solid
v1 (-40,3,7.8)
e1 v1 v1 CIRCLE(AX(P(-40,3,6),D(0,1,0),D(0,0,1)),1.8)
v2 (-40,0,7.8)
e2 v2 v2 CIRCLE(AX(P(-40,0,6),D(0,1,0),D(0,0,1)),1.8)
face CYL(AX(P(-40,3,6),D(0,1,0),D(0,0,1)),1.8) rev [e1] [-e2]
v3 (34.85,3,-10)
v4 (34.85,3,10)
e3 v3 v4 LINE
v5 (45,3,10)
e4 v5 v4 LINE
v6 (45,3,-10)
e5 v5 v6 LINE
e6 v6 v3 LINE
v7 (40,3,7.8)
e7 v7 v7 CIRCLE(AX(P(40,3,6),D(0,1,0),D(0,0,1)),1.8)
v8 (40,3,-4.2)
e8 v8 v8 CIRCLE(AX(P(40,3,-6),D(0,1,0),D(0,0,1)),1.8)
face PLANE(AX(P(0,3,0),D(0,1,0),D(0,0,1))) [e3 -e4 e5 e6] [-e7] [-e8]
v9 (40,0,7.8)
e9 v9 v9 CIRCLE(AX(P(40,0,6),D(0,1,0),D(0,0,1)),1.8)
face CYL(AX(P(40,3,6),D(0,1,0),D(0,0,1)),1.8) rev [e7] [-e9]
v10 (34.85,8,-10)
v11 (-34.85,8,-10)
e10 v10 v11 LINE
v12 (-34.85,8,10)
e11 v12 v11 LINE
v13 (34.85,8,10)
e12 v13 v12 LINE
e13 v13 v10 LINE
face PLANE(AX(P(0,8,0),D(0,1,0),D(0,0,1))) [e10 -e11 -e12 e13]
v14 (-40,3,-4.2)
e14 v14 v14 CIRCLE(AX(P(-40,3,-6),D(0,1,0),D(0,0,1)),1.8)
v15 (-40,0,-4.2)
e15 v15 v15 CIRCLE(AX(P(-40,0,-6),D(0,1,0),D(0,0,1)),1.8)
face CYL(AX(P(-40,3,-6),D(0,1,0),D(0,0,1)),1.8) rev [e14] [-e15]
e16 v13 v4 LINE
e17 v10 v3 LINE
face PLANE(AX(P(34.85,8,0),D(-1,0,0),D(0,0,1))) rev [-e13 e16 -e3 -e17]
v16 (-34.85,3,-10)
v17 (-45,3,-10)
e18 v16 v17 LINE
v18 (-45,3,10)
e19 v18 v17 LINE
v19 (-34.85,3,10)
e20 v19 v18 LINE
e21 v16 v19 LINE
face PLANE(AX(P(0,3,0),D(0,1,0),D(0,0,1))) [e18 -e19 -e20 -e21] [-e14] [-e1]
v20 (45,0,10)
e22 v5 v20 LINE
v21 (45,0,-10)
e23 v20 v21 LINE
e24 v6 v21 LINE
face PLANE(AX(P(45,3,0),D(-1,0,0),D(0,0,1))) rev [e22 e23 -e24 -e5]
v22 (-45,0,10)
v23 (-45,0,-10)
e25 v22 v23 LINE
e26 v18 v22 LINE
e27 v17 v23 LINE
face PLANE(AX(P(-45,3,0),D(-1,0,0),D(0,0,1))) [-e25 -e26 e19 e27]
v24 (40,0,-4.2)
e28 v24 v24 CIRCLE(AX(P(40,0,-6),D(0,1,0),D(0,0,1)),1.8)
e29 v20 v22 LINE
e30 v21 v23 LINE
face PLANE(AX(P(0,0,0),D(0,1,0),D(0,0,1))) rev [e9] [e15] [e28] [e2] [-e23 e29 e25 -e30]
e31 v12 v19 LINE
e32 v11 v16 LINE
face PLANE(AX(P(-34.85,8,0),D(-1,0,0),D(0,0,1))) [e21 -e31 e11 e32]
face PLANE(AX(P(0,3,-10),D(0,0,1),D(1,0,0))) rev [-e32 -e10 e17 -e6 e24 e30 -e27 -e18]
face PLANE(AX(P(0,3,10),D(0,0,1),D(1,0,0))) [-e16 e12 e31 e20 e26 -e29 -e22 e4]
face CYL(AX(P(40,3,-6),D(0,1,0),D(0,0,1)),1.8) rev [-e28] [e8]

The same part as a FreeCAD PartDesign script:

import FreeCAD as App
import Part
import Sketcher


def add_polygon(sketch, points):
    """Adds a closed chain of lines whose ends are joined by coincident constraints."""
    first, n = sketch.GeometryCount, len(points)
    for a, b in zip(points, points[1:] + points[:1]):
        sketch.addGeometry(Part.LineSegment(App.Vector(*a, 0), App.Vector(*b, 0)), False)
    for i in range(n):
        sketch.addConstraint(Sketcher.Constraint("Coincident", first + i, 2, first + (i + 1) % n, 1))

doc = App.newDocument("Part")
body = doc.addObject("PartDesign::Body", "Body")

# Sketch on XZ plane
sketch1 = body.newObject("Sketcher::SketchObject", "Sketch")
sketch1.AttachmentSupport = (doc.getObject("XZ_Plane"), [""])
sketch1.MapMode = "FlatFace"
add_polygon(sketch1, [(-45, -10), (-45, 10), (45, 10), (45, -10)])  # lines 0-3
sketch1.addConstraint(Sketcher.Constraint("Vertical", 0))
sketch1.addConstraint(Sketcher.Constraint("Horizontal", 1))
sketch1.addConstraint(Sketcher.Constraint("Vertical", 2))
sketch1.addConstraint(Sketcher.Constraint("Horizontal", 3))
sketch1.addConstraint(Sketcher.Constraint("Symmetric", 0, 2, 2, 2, -1, 1))
sketch1.addConstraint(Sketcher.Constraint("DistanceX", 1, 1, 1, 2, 90.0))
sketch1.addConstraint(Sketcher.Constraint("DistanceY", 0, 1, 0, 2, 20.0))
pad1 = body.newObject("PartDesign::Pad", "Pad")
pad1.Profile = sketch1
pad1.Length = 3
pad1.Reversed = True

# Sketch on XZ plane
sketch2 = body.newObject("Sketcher::SketchObject", "Sketch001")
sketch2.AttachmentSupport = (doc.getObject("XZ_Plane"), [""])
sketch2.MapMode = "FlatFace"
add_polygon(sketch2, [(-34.85, -10), (-34.85, 10), (34.85, 10), (34.85, -10)])  # lines 0-3
sketch2.addConstraint(Sketcher.Constraint("Vertical", 0))
sketch2.addConstraint(Sketcher.Constraint("Horizontal", 1))
sketch2.addConstraint(Sketcher.Constraint("Vertical", 2))
sketch2.addConstraint(Sketcher.Constraint("Horizontal", 3))
sketch2.addConstraint(Sketcher.Constraint("Symmetric", 0, 2, 2, 2, -1, 1))
sketch2.addConstraint(Sketcher.Constraint("DistanceY", 0, 1, 0, 2, 20.0))
sketch2.addConstraint(Sketcher.Constraint("DistanceX", 1, 1, 1, 2, 69.7))
pad2 = body.newObject("PartDesign::Pad", "Pad001")
pad2.Profile = sketch2
pad2.Length = 8
pad2.Reversed = True

# Sketch on XZ plane
sketch3 = body.newObject("Sketcher::SketchObject", "Sketch002")
sketch3.AttachmentSupport = (doc.getObject("XZ_Plane"), [""])
sketch3.MapMode = "FlatFace"
sketch3.AttachmentOffset = App.Placement(App.Vector(0, 0, -3), App.Rotation())
sketch3.addGeometry(Part.Circle(App.Vector(-40, -6, 0), App.Vector(0, 0, 1), 1.8), False)
sketch3.addGeometry(Part.Circle(App.Vector(-40, 6, 0), App.Vector(0, 0, 1), 1.8), False)
sketch3.addGeometry(Part.Circle(App.Vector(40, 6, 0), App.Vector(0, 0, 1), 1.8), False)
sketch3.addGeometry(Part.Circle(App.Vector(40, -6, 0), App.Vector(0, 0, 1), 1.8), False)
sketch3.addConstraint(Sketcher.Constraint("Equal", 0, 1))
sketch3.addConstraint(Sketcher.Constraint("Equal", 1, 2))
sketch3.addConstraint(Sketcher.Constraint("Equal", 2, 3))
sketch3.addConstraint(Sketcher.Constraint("Symmetric", 0, 3, 2, 3, -1, 1))
sketch3.addConstraint(Sketcher.Constraint("Symmetric", 1, 3, 3, 3, -1, 1))
sketch3.addConstraint(Sketcher.Constraint("Symmetric", 1, 3, 2, 3, -2))
sketch3.addConstraint(Sketcher.Constraint("Diameter", 0, 3.6))
sketch3.addConstraint(Sketcher.Constraint("DistanceX", 0, 3, -1, 1, 40.0))
sketch3.addConstraint(Sketcher.Constraint("DistanceY", 0, 3, -1, 1, 6.0))
doc.recompute()
hole = body.newObject("PartDesign::Hole", "Hole")
hole.Profile = sketch3
hole.ThreadType = "None"
hole.Diameter = 3.6
hole.DepthType = "Dimension"
hole.Depth = 10
hole.DrillPoint = "Angled"
hole.DrillPointAngle = 118
hole.Reversed = True

doc.recompute()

++++

▶ _Exercise prompt_:
Only the lines from the beginning of the entries through the line bearing "e23 v20 v21 LINE" should be returned, each exactly as written.

▶ _Solution to the problem_:
solid
v1 (-40,3,7.8)
e1 v1 v1 CIRCLE(AX(P(-40,3,6),D(0,1,0),D(0,0,1)),1.8)
v2 (-40,0,7.8)
e2 v2 v2 CIRCLE(AX(P(-40,0,6),D(0,1,0),D(0,0,1)),1.8)
face CYL(AX(P(-40,3,6),D(0,1,0),D(0,0,1)),1.8) rev [e1] [-e2]
v3 (34.85,3,-10)
v4 (34.85,3,10)
e3 v3 v4 LINE
v5 (45,3,10)
e4 v5 v4 LINE
v6 (45,3,-10)
e5 v5 v6 LINE
e6 v6 v3 LINE
v7 (40,3,7.8)
e7 v7 v7 CIRCLE(AX(P(40,3,6),D(0,1,0),D(0,0,1)),1.8)
v8 (40,3,-4.2)
e8 v8 v8 CIRCLE(AX(P(40,3,-6),D(0,1,0),D(0,0,1)),1.8)
face PLANE(AX(P(0,3,0),D(0,1,0),D(0,0,1))) [e3 -e4 e5 e6] [-e7] [-e8]
v9 (40,0,7.8)
e9 v9 v9 CIRCLE(AX(P(40,0,6),D(0,1,0),D(0,0,1)),1.8)
face CYL(AX(P(40,3,6),D(0,1,0),D(0,0,1)),1.8) rev [e7] [-e9]
v10 (34.85,8,-10)
v11 (-34.85,8,-10)
e10 v10 v11 LINE
v12 (-34.85,8,10)
e11 v12 v11 LINE
v13 (34.85,8,10)
e12 v13 v12 LINE
e13 v13 v10 LINE
face PLANE(AX(P(0,8,0),D(0,1,0),D(0,0,1))) [e10 -e11 -e12 e13]
v14 (-40,3,-4.2)
e14 v14 v14 CIRCLE(AX(P(-40,3,-6),D(0,1,0),D(0,0,1)),1.8)
v15 (-40,0,-4.2)
e15 v15 v15 CIRCLE(AX(P(-40,0,-6),D(0,1,0),D(0,0,1)),1.8)
face CYL(AX(P(-40,3,-6),D(0,1,0),D(0,0,1)),1.8) rev [e14] [-e15]
e16 v13 v4 LINE
e17 v10 v3 LINE
face PLANE(AX(P(34.85,8,0),D(-1,0,0),D(0,0,1))) rev [-e13 e16 -e3 -e17]
v16 (-34.85,3,-10)
v17 (-45,3,-10)
e18 v16 v17 LINE
v18 (-45,3,10)
e19 v18 v17 LINE
v19 (-34.85,3,10)
e20 v19 v18 LINE
e21 v16 v19 LINE
face PLANE(AX(P(0,3,0),D(0,1,0),D(0,0,1))) [e18 -e19 -e20 -e21] [-e14] [-e1]
v20 (45,0,10)
e22 v5 v20 LINE
v21 (45,0,-10)
e23 v20 v21 LINE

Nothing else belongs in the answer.